**PROBLEM STATEMENT**
Among the records that follow, find the line with "#103=CONICAL_SURFACE('',#75,9.188,0.213241284);" and the line with "#128=ORIENTED_EDGE('',*,*,#20,.T.);". Set down those lines and all lines between them exactly, without adding anything.

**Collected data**
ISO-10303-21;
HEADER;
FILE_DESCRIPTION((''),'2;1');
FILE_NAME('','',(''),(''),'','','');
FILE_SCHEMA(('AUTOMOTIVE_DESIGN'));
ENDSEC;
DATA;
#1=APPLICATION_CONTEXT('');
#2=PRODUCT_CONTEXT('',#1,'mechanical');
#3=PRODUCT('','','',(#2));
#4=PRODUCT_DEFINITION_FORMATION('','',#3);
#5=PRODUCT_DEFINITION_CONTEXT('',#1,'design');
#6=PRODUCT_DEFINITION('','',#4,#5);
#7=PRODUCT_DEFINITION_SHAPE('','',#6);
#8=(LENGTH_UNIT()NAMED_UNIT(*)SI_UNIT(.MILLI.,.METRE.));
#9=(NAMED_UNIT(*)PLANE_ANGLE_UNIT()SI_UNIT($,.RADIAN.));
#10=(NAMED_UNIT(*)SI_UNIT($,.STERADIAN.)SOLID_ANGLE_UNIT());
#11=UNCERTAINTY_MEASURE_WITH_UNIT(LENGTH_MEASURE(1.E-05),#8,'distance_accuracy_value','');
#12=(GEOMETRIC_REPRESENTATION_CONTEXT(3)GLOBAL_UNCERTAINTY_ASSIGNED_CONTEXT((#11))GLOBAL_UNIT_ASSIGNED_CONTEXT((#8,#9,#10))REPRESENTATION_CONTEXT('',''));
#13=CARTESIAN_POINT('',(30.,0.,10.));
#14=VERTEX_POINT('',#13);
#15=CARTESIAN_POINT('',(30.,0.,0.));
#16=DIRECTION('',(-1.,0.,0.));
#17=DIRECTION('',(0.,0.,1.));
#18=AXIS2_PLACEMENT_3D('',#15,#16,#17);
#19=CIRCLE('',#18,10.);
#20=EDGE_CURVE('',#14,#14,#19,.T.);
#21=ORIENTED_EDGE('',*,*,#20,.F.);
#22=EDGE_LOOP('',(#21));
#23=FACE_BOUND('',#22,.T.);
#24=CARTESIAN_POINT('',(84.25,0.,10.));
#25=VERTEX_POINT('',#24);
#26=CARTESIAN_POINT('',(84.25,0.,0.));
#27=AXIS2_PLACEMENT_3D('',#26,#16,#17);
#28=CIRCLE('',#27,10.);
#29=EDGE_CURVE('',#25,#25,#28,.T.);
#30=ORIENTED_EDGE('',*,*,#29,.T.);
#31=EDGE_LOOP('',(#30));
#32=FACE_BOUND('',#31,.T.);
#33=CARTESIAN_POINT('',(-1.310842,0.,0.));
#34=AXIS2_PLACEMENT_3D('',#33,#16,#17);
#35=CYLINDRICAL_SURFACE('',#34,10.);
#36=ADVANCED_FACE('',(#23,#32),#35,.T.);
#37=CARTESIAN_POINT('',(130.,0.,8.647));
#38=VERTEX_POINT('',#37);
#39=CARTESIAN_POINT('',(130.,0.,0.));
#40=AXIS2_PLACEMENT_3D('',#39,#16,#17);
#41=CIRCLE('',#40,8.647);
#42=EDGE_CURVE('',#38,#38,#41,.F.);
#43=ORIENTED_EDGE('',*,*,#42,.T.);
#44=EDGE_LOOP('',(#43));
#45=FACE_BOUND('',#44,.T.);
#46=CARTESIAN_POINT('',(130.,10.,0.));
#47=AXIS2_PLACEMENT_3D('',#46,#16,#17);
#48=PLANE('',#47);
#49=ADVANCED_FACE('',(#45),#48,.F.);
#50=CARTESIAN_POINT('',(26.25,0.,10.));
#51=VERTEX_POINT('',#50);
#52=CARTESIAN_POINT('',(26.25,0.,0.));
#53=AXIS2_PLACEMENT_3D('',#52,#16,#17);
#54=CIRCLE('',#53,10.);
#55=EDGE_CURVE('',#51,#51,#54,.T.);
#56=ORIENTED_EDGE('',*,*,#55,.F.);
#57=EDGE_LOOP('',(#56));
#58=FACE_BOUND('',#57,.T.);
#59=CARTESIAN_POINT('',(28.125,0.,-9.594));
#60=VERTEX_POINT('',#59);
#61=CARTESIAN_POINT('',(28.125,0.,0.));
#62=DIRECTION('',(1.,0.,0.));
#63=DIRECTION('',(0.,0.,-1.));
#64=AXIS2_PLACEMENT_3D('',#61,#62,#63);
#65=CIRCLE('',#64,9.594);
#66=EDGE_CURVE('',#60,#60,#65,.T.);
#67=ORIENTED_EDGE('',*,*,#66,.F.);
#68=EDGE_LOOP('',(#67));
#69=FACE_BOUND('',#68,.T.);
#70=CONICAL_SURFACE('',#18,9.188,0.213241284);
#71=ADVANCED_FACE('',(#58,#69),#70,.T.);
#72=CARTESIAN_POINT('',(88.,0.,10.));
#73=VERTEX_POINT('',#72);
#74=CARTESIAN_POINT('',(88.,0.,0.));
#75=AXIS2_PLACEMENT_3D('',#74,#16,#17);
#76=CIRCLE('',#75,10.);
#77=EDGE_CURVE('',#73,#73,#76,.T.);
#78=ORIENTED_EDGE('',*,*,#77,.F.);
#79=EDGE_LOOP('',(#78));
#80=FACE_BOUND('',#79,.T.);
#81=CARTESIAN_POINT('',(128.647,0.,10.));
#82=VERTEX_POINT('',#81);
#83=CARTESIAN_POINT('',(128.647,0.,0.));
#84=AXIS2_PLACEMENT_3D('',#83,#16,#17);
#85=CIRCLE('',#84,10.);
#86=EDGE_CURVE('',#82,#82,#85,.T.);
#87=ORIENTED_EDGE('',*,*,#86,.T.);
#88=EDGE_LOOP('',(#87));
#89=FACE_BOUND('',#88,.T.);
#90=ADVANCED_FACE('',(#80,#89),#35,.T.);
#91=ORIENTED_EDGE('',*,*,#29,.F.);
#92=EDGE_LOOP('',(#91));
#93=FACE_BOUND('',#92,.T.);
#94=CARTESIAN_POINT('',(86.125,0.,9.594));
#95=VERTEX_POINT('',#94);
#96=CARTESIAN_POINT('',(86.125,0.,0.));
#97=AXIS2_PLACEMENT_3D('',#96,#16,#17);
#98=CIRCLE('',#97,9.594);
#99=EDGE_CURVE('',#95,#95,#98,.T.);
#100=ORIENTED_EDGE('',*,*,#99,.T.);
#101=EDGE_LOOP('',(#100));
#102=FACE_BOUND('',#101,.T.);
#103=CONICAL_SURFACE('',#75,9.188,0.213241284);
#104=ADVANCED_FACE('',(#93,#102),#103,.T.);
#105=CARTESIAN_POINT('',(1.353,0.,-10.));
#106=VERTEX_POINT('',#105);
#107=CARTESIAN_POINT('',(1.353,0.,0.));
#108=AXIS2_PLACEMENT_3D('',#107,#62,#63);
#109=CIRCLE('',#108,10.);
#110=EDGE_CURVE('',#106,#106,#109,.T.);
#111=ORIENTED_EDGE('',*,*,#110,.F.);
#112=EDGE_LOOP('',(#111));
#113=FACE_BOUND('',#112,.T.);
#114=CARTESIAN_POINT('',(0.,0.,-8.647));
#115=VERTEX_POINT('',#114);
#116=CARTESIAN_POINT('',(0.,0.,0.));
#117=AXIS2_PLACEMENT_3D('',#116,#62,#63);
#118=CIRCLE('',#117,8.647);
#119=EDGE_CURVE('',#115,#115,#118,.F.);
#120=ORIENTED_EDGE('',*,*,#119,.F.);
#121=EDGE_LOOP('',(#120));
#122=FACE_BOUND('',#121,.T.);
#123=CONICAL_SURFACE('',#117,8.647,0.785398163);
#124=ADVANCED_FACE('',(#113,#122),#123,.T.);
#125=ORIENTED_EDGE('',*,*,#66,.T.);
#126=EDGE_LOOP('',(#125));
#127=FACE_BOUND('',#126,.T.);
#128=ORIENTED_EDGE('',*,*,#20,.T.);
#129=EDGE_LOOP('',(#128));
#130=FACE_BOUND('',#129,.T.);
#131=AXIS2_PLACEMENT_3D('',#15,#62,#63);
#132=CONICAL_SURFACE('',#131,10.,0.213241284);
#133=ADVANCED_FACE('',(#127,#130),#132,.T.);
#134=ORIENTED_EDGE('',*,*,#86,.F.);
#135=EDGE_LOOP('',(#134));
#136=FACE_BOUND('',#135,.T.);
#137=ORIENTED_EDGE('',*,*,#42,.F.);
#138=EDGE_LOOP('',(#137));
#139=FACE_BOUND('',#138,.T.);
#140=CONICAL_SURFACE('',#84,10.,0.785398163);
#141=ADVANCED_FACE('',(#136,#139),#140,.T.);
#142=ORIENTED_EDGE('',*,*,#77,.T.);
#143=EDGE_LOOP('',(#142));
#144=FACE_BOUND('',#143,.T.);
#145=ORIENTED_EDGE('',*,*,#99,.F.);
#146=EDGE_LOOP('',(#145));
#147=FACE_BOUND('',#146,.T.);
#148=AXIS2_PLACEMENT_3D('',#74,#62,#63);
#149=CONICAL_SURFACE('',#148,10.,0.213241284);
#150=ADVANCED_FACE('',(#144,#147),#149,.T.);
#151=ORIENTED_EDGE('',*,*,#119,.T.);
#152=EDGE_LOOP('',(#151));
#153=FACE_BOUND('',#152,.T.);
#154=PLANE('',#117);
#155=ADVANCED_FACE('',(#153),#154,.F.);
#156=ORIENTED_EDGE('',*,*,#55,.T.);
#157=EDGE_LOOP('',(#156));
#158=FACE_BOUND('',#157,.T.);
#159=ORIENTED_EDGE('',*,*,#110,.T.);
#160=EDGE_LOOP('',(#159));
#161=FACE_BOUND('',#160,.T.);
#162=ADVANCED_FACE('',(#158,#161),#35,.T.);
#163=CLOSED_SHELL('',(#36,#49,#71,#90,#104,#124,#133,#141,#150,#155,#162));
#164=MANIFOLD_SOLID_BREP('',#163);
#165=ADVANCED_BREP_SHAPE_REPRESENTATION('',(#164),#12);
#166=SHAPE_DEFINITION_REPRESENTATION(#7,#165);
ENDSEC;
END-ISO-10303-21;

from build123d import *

# Parameters (mm, degrees)
HEADCHAMFER_SIZE = 1.353


with BuildPart() as part:
    # Sketch1 → BaseHead (revolve)
    with BuildSketch(Plane.XY, mode=Mode.PRIVATE) as basehead_sk:
        Polygon((0, 0), (0, 10), (26.25, 10), (30, 9.188), (84.25, 9.188), (88, 10), (130, 10), (130, 0), align=None)
    revolve(basehead_sk.sketch.rotate(Axis((-1.310841664, 0, 0), (1, 0, 0)), 90), axis=Axis((-1.310841664, 0, 0), (1, 0, 0)))

    # HeadChamfer
    headchamfer_edges = [part.edges().sort_by_distance(p)[0] for p in [
        (130, 0, -10),
        (0, 0, -10),
    ]]
    chamfer(headchamfer_edges, length=HEADCHAMFER_SIZE)

    # Sketch2 → BaseBody (revolve)
    with BuildSketch(Plane.XY, mode=Mode.PRIVATE) as basebody_sk:
        Polygon((26.25, 9.188), (30, 10), (84.25, 10), (88, 9.188), align=None)
    revolve(basebody_sk.sketch.rotate(Axis((-1.310841664, 0, 0), (1, 0, 0)), 90), axis=Axis((-1.310841664, 0, 0), (1, 0, 0)))


solid = part.part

**ANSWER SECTION**
#103=CONICAL_SURFACE('',#75,9.188,0.213241284);
#104=ADVANCED_FACE('',(#93,#102),#103,.T.);
#105=CARTESIAN_POINT('',(1.353,0.,-10.));
#106=VERTEX_POINT('',#105);
#107=CARTESIAN_POINT('',(1.353,0.,0.));
#108=AXIS2_PLACEMENT_3D('',#107,#62,#63);
#109=CIRCLE('',#108,10.);
#110=EDGE_CURVE('',#106,#106,#109,.T.);
#111=ORIENTED_EDGE('',*,*,#110,.F.);
#112=EDGE_LOOP('',(#111));
#113=FACE_BOUND('',#112,.T.);
#114=CARTESIAN_POINT('',(0.,0.,-8.647));
#115=VERTEX_POINT('',#114);
#116=CARTESIAN_POINT('',(0.,0.,0.));
#117=AXIS2_PLACEMENT_3D('',#116,#62,#63);
#118=CIRCLE('',#117,8.647);
#119=EDGE_CURVE('',#115,#115,#118,.F.);
#120=ORIENTED_EDGE('',*,*,#119,.F.);
#121=EDGE_LOOP('',(#120));
#122=FACE_BOUND('',#121,.T.);
#123=CONICAL_SURFACE('',#117,8.647,0.785398163);
#124=ADVANCED_FACE('',(#113,#122),#123,.T.);
#125=ORIENTED_EDGE('',*,*,#66,.T.);
#126=EDGE_LOOP('',(#125));
#127=FACE_BOUND('',#126,.T.);
#128=ORIENTED_EDGE('',*,*,#20,.T.);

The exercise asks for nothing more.